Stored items
* * * * * * *

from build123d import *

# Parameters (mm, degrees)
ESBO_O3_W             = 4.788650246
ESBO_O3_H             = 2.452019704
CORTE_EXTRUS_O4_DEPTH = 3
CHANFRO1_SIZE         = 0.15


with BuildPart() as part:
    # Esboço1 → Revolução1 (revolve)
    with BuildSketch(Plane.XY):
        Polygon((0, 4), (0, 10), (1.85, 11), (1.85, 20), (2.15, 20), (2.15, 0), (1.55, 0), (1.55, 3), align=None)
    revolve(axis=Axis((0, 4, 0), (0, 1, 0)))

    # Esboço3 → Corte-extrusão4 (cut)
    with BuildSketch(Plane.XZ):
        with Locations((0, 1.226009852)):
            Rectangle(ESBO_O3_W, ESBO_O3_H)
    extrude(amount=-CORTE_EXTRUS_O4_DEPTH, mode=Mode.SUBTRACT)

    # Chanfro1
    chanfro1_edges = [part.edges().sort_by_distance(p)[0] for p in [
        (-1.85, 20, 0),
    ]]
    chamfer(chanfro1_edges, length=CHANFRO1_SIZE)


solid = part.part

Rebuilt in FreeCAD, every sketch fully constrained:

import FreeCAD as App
import Part
import Sketcher


def edges_at(feature, points):
    """Names of the edges that pass closest to the given points."""
    edges = feature.Shape.Edges
    near = lambda p: min(range(len(edges)), key=lambda i: edges[i].distToShape(Part.Vertex(*p))[0])
    return sorted({f"Edge{near(p) + 1}" for p in points})

doc = App.newDocument("Part")
body = doc.addObject("PartDesign::Body", "Body")

sketch1 = body.newObject("Sketcher::SketchObject", "Sketch")
sketch1.AttachmentSupport = (doc.getObject("XY_Plane"), [""])
sketch1.MapMode = "FlatFace"
sketch1.addGeometry(Part.LineSegment(App.Vector(0, 10, 0), App.Vector(0, 4, 0)), False)
sketch1.addGeometry(Part.LineSegment(App.Vector(0, 4, 0), App.Vector(1.55, 3, 0)), False)
sketch1.addGeometry(Part.LineSegment(App.Vector(1.55, 3, 0), App.Vector(1.55, 0, 0)), False)
sketch1.addGeometry(Part.LineSegment(App.Vector(1.55, 0, 0), App.Vector(2.15, 0, 0)), False)
sketch1.addGeometry(Part.LineSegment(App.Vector(2.15, 0, 0), App.Vector(2.15, 20, 0)), False)
sketch1.addGeometry(Part.LineSegment(App.Vector(2.15, 20, 0), App.Vector(1.85, 20, 0)), False)
sketch1.addGeometry(Part.LineSegment(App.Vector(1.85, 20, 0), App.Vector(1.85, 11, 0)), False)
sketch1.addGeometry(Part.LineSegment(App.Vector(1.85, 11, 0), App.Vector(0, 10, 0)), False)
sketch1.addConstraint(Sketcher.Constraint("Coincident", 0, 2, 1, 1))
sketch1.addConstraint(Sketcher.Constraint("Coincident", 1, 2, 2, 1))
sketch1.addConstraint(Sketcher.Constraint("Coincident", 2, 2, 3, 1))
sketch1.addConstraint(Sketcher.Constraint("Coincident", 3, 2, 4, 1))
sketch1.addConstraint(Sketcher.Constraint("Coincident", 4, 2, 5, 1))
sketch1.addConstraint(Sketcher.Constraint("Coincident", 5, 2, 6, 1))
sketch1.addConstraint(Sketcher.Constraint("Coincident", 6, 2, 7, 1))
sketch1.addConstraint(Sketcher.Constraint("Coincident", 7, 2, 0, 1))
sketch1.addConstraint(Sketcher.Constraint("Vertical", 0))
sketch1.addConstraint(Sketcher.Constraint("Vertical", 2))
sketch1.addConstraint(Sketcher.Constraint("Horizontal", 3))
sketch1.addConstraint(Sketcher.Constraint("Vertical", 4))
sketch1.addConstraint(Sketcher.Constraint("Horizontal", 5))
sketch1.addConstraint(Sketcher.Constraint("Vertical", 6))
sketch1.addConstraint(Sketcher.Constraint("PointOnObject", 0, 2, -2))
sketch1.addConstraint(Sketcher.Constraint("PointOnObject", 2, 2, -1))
sketch1.addConstraint(Sketcher.Constraint("DistanceY", 0, 2, 0, 1, 6.0))
sketch1.addConstraint(Sketcher.Constraint("DistanceY", 2, 2, 2, 1, 3.0))
sketch1.addConstraint(Sketcher.Constraint("DistanceY", 4, 1, 4, 2, 20.0))
sketch1.addConstraint(Sketcher.Constraint("DistanceY", 6, 2, 6, 1, 9.0))
sketch1.addConstraint(Sketcher.Constraint("DistanceX", 3, 1, 3, 2, 0.6))
sketch1.addConstraint(Sketcher.Constraint("DistanceX", 5, 2, 5, 1, 0.3))
sketch1.addConstraint(Sketcher.Constraint("DistanceY", -1, 1, 0, 2, 4.0))
sketch1.addConstraint(Sketcher.Constraint("DistanceX", -1, 1, 1, 2, 1.55))
revolution = body.newObject("PartDesign::Revolution", "Revolution")
revolution.Profile = sketch1
revolution.ReferenceAxis = (sketch1, ["V_Axis"])
revolution.Angle = 360

sketch2 = body.newObject("Sketcher::SketchObject", "Sketch001")
sketch2.AttachmentSupport = (doc.getObject("XZ_Plane"), [""])
sketch2.MapMode = "FlatFace"
sketch2.addGeometry(Part.LineSegment(App.Vector(-2.4, 2.5, 0), App.Vector(-2.4, 0, 0)), False)
sketch2.addGeometry(Part.LineSegment(App.Vector(-2.4, 0, 0), App.Vector(2.4, 0, 0)), False)
sketch2.addGeometry(Part.LineSegment(App.Vector(2.4, 0, 0), App.Vector(2.4, 2.5, 0)), False)
sketch2.addGeometry(Part.LineSegment(App.Vector(2.4, 2.5, 0), App.Vector(-2.4, 2.5, 0)), False)
sketch2.addConstraint(Sketcher.Constraint("Coincident", 0, 2, 1, 1))
sketch2.addConstraint(Sketcher.Constraint("Coincident", 1, 2, 2, 1))
sketch2.addConstraint(Sketcher.Constraint("Coincident", 2, 2, 3, 1))
sketch2.addConstraint(Sketcher.Constraint("Coincident", 3, 2, 0, 1))
sketch2.addConstraint(Sketcher.Constraint("Vertical", 0))
sketch2.addConstraint(Sketcher.Constraint("Horizontal", 1))
sketch2.addConstraint(Sketcher.Constraint("Vertical", 2))
sketch2.addConstraint(Sketcher.Constraint("Horizontal", 3))
sketch2.addConstraint(Sketcher.Constraint("Symmetric", 0, 2, 1, 2, -1, 1))
sketch2.addConstraint(Sketcher.Constraint("DistanceX", 1, 1, 1, 2, 4.78865))
sketch2.addConstraint(Sketcher.Constraint("DistanceY", 0, 2, 0, 1, 2.45202))
pocket1 = body.newObject("PartDesign::Pocket", "Pocket")
pocket1.Profile = sketch2
pocket1.Length = 3
doc.recompute()

chamfer = body.newObject("PartDesign::Chamfer", "Chamfer")
chamfer.Base = (pocket1, edges_at(pocket1, [(-1.85, 20, 0)]))
chamfer.Size = 0.15

doc.recompute()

* * * * * * *

Exercise brief: The answer must be a single number: the count of lines above that contain "BuildSketch".

Solution for this task: 2